» What is required
Lines where the string "ThreePointArc" appears are to be copied from the entries below.

» Collected data

BEGIN

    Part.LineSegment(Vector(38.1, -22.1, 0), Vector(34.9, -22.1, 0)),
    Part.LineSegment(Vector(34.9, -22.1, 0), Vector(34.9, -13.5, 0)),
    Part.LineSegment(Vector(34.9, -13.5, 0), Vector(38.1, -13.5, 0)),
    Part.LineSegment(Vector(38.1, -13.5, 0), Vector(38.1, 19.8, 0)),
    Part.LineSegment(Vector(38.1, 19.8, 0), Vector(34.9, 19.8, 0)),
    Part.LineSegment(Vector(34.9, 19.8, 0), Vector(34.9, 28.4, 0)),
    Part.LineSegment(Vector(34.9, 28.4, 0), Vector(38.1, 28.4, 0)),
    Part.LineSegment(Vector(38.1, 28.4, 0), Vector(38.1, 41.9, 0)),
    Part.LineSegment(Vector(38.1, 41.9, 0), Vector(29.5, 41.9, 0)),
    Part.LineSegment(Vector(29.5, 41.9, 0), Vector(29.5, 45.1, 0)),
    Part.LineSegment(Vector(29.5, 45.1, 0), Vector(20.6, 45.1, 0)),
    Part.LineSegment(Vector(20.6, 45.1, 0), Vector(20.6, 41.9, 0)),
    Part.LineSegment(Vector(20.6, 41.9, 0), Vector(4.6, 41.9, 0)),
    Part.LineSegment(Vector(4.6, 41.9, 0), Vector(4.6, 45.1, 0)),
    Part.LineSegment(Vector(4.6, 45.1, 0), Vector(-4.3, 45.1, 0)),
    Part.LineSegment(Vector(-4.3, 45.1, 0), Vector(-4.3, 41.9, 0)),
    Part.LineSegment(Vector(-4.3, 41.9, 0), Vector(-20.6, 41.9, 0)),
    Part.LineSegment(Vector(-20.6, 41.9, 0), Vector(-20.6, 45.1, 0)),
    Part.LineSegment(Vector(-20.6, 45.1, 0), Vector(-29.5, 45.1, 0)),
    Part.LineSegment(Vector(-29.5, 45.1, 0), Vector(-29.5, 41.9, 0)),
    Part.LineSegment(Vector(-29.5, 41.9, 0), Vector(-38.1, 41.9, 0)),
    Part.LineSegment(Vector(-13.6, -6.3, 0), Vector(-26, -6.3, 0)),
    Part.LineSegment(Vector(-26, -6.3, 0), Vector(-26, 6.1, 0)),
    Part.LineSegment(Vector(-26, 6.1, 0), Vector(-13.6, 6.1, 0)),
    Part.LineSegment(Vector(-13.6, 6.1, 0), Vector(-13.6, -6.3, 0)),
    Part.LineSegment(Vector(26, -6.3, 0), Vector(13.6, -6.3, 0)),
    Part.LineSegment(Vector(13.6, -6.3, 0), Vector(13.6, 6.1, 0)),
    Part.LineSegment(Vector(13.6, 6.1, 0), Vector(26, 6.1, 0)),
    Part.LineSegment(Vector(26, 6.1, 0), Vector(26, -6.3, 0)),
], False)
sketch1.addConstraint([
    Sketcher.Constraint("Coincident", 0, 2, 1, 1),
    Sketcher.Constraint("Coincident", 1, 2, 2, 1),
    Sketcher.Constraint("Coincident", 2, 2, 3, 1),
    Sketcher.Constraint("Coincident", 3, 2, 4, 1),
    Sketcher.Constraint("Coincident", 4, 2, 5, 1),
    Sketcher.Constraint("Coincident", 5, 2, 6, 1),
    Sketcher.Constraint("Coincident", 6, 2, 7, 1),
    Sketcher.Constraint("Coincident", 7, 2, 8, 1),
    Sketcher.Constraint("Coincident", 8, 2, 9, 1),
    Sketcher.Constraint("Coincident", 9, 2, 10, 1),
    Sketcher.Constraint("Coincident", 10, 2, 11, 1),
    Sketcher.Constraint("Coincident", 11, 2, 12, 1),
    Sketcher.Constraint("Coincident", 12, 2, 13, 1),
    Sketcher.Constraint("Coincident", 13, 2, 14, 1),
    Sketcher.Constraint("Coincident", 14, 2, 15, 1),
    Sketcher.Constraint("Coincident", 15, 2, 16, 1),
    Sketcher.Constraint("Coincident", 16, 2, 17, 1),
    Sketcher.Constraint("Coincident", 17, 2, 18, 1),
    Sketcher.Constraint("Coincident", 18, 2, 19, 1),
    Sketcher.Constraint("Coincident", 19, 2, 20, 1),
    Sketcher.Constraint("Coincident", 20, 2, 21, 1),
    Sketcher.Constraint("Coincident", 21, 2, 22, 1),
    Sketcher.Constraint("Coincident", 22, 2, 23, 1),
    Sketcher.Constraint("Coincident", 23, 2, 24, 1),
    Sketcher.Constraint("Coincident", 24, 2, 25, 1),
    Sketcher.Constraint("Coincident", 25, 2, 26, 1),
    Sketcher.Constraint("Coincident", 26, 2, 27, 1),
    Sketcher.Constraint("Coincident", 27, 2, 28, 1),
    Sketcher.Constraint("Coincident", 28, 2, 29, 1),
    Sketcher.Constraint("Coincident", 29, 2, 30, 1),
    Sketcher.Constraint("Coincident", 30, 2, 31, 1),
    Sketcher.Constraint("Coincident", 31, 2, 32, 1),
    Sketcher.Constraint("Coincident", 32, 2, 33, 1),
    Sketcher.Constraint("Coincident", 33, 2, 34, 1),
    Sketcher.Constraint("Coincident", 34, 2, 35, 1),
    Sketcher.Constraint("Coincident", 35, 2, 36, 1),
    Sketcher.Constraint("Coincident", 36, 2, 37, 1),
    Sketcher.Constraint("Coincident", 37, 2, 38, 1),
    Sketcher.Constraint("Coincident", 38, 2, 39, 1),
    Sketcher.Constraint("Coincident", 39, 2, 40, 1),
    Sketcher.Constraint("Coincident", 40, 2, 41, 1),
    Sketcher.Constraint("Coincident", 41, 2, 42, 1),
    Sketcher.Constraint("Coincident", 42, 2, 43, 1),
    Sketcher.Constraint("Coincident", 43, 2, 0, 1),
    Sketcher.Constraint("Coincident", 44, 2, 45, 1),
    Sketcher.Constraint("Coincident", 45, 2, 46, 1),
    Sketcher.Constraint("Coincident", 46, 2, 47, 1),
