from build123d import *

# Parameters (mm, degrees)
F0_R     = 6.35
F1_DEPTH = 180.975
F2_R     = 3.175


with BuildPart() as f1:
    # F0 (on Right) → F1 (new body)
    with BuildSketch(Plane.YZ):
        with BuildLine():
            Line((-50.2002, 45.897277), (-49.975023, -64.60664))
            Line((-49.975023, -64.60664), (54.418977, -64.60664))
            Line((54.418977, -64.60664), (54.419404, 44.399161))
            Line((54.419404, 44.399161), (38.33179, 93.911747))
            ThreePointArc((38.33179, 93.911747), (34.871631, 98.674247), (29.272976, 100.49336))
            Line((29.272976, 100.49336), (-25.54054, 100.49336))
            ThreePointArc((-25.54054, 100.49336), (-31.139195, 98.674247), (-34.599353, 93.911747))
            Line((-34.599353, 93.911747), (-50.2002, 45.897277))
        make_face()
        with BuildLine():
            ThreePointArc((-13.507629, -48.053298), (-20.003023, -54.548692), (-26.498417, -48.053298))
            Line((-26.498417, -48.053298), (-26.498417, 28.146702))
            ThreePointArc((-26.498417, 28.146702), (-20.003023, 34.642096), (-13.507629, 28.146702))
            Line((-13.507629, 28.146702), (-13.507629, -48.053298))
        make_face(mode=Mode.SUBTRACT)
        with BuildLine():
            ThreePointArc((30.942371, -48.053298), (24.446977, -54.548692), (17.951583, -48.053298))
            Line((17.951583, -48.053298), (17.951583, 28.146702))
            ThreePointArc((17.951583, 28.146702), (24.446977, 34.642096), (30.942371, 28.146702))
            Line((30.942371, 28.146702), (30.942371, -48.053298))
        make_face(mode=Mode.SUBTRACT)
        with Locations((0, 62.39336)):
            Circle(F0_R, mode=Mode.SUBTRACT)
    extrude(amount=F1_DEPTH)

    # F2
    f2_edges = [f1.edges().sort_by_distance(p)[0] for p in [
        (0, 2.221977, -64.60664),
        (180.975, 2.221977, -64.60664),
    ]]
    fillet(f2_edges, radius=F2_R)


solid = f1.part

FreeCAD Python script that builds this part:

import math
import FreeCAD as App
import Part
import Sketcher
from FreeCAD import Vector
Q = App.Units.Quantity


def edges_at(feature, points):
    """Names of the edges that pass closest to the given points."""
    edges = feature.Shape.Edges
    near = lambda p: min(range(len(edges)), key=lambda i: edges[i].distToShape(Part.Vertex(*p))[0])
    return sorted({f"Edge{near(p) + 1}" for p in points})

doc = App.newDocument("Part")
body = doc.addObject("PartDesign::Body", "Body")

# Sketch on YZ plane
sketch1 = body.newObject("Sketcher::SketchObject", "Sketch")
sketch1.AttachmentSupport = (doc.getObject("YZ_Plane"), [""])
sketch1.MapMode = "FlatFace"
sketch1.addGeometry([
    Part.LineSegment(Vector(-50, 46, 0), Vector(-50, -65, 0)),  # 0
    Part.LineSegment(Vector(-50, -65, 0), Vector(54, -65, 0)),  # 1
    Part.LineSegment(Vector(54, -65, 0), Vector(54, 44, 0)),  # 2
    Part.LineSegment(Vector(54, 44, 0), Vector(38, 94, 0)),  # 3
    Part.ArcOfCircle(Part.Circle(Vector(29, 91, 0), Vector(0, 0, 1), 10), math.radians(18), math.radians(90)),  # 4
    Part.LineSegment(Vector(29, 100, 0), Vector(-26, 100, 0)),  # 5
    Part.ArcOfCircle(Part.Circle(Vector(-26, 91, 0), Vector(0, 0, 1), 10), math.radians(90), math.radians(162)),  # 6
    Part.LineSegment(Vector(-35, 94, 0), Vector(-50, 46, 0)),  # 7
    Part.LineSegment(Vector(-14, 28, 0), Vector(-14, -48, 0)),  # 8
    Part.ArcOfCircle(Part.Circle(Vector(-20, -48, 0), Vector(0, 0, 1), 6), math.radians(180), math.radians(360)),  # 9
    Part.LineSegment(Vector(-26, -48, 0), Vector(-26, 28, 0)),  # 10
    Part.ArcOfCircle(Part.Circle(Vector(-20, 28, 0), Vector(0, 0, 1), 6), math.radians(0), math.radians(180)),  # 11
    Part.LineSegment(Vector(31, 28, 0), Vector(31, -48, 0)),  # 12
    Part.ArcOfCircle(Part.Circle(Vector(24, -48, 0), Vector(0, 0, 1), 6), math.radians(180), math.radians(360)),  # 13
    Part.LineSegment(Vector(18, -48, 0), Vector(18, 28, 0)),  # 14
    Part.ArcOfCircle(Part.Circle(Vector(24, 28, 0), Vector(0, 0, 1), 6), math.radians(0), math.radians(180)),  # 15
    Part.Circle(Vector(0, 62, 0), Vector(0, 0, 1), 6),  # 16
], False)
sketch1.addConstraint([
    Sketcher.Constraint("Coincident", 0, 2, 1, 1),
    Sketcher.Constraint("Coincident", 1, 2, 2, 1),
    Sketcher.Constraint("Coincident", 2, 2, 3, 1),
    Sketcher.Constraint("Tangent", 3, 2, 4, 1),
    Sketcher.Constraint("Tangent", 4, 2, 5, 1),
    Sketcher.Constraint("Tangent", 5, 2, 6, 1),
    Sketcher.Constraint("Tangent", 6, 2, 7, 1),
    Sketcher.Constraint("Coincident", 7, 2, 0, 1),
    Sketcher.Constraint("Tangent", 8, 2, 9, 2),
    Sketcher.Constraint("Tangent", 9, 1, 10, 1),
    Sketcher.Constraint("Tangent", 10, 2, 11, 2),
    Sketcher.Constraint("Tangent", 11, 1, 8, 1),
    Sketcher.Constraint("Tangent", 12, 2, 13, 2),
    Sketcher.Constraint("Tangent", 13, 1, 14, 1),
    Sketcher.Constraint("Tangent", 14, 2, 15, 2),
    Sketcher.Constraint("Tangent", 15, 1, 12, 1),
    Sketcher.Constraint("Horizontal", 1),
    Sketcher.Constraint("Horizontal", 5),
    Sketcher.Constraint("Vertical", 8),
    Sketcher.Constraint("Vertical", 10),
    Sketcher.Constraint("Vertical", 12),
    Sketcher.Constraint("Vertical", 14),
    Sketcher.Constraint("Equal", 11, 13),
    Sketcher.Constraint("PointOnObject", 16, 3, -2),
    Sketcher.Constraint("Horizontal", 9, 3, 13, 3),
    Sketcher.Constraint("Horizontal", 11, 3, 15, 3),
    Sketcher.Constraint("Horizontal", 3, 2, 6, 2),
    Sketcher.Constraint("Diameter", 16, Q("0.5 in")),
    Sketcher.Constraint("DistanceY", 8, 2, 8, 1, Q("3 in")),
    Sketcher.Constraint("Angle", 3, Q("108 deg")),
    Sketcher.Constraint("Angle", 7, Q("-108 deg")),
    Sketcher.Constraint("Radius", 4, Q("0.375 in")),
    Sketcher.Constraint("DistanceY", 0, 2, 16, 3, Q("5 in")),
    Sketcher.Constraint("DistanceX", 1, 1, 1, 2, Q("4.11 in")),
    Sketcher.Constraint("DistanceY", 16, 3, 4, 2, Q("1.5 in")),
    Sketcher.Constraint("DistanceX", 9, 3, 4, 3, Q("1.94 in")),
    Sketcher.Constraint("DistanceX", 9, 3, 13, 3, Q("1.75 in")),
    Sketcher.Constraint("DistanceX", 0, 2, 9, 3, Q("1.18 in")),
    Sketcher.Constraint("Radius", 9, 6.495394),
    Sketcher.Constraint("Distance", 2, 109.005801),
    Sketcher.Constraint("Distance", 7, 50.485401),
    Sketcher.Constraint("DistanceX", 7, 2, -1, 1, 50.2002),
    Sketcher.Constraint("DistanceX", 5, 2, 5, 1, 54.813516),
    Sketcher.Constraint("DistanceY", -1, 1, 4, 3, 90.96836),
    Sketcher.Constraint("DistanceY", 9, 3, 6, 3, 139.02166),
])
pad1 = body.newObject("PartDesign::Pad", "Pad")
pad1.Profile = sketch1
pad1.Length = Q("7.125 in")
doc.recompute()

fillet = body.newObject("PartDesign::Fillet", "Fillet")
fillet.Base = (pad1, edges_at(pad1, [(0, 2.222, -64.607), (180.975, 2.222, -64.607)]))
fillet.Radius = Q("0.125 in")

doc.recompute()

END

» Task result
            ThreePointArc((38.33179, 93.911747), (34.871631, 98.674247), (29.272976, 100.49336))
            ThreePointArc((-25.54054, 100.49336), (-31.139195, 98.674247), (-34.599353, 93.911747))
            ThreePointArc((-13.507629, -48.053298), (-20.003023, -54.548692), (-26.498417, -48.053298))
            ThreePointArc((-26.498417, 28.146702), (-20.003023, 34.642096), (-13.507629, 28.146702))
            ThreePointArc((30.942371, -48.053298), (24.446977, -54.548692), (17.951583, -48.053298))
            ThreePointArc((17.951583, 28.146702), (24.446977, 34.642096), (30.942371, 28.146702))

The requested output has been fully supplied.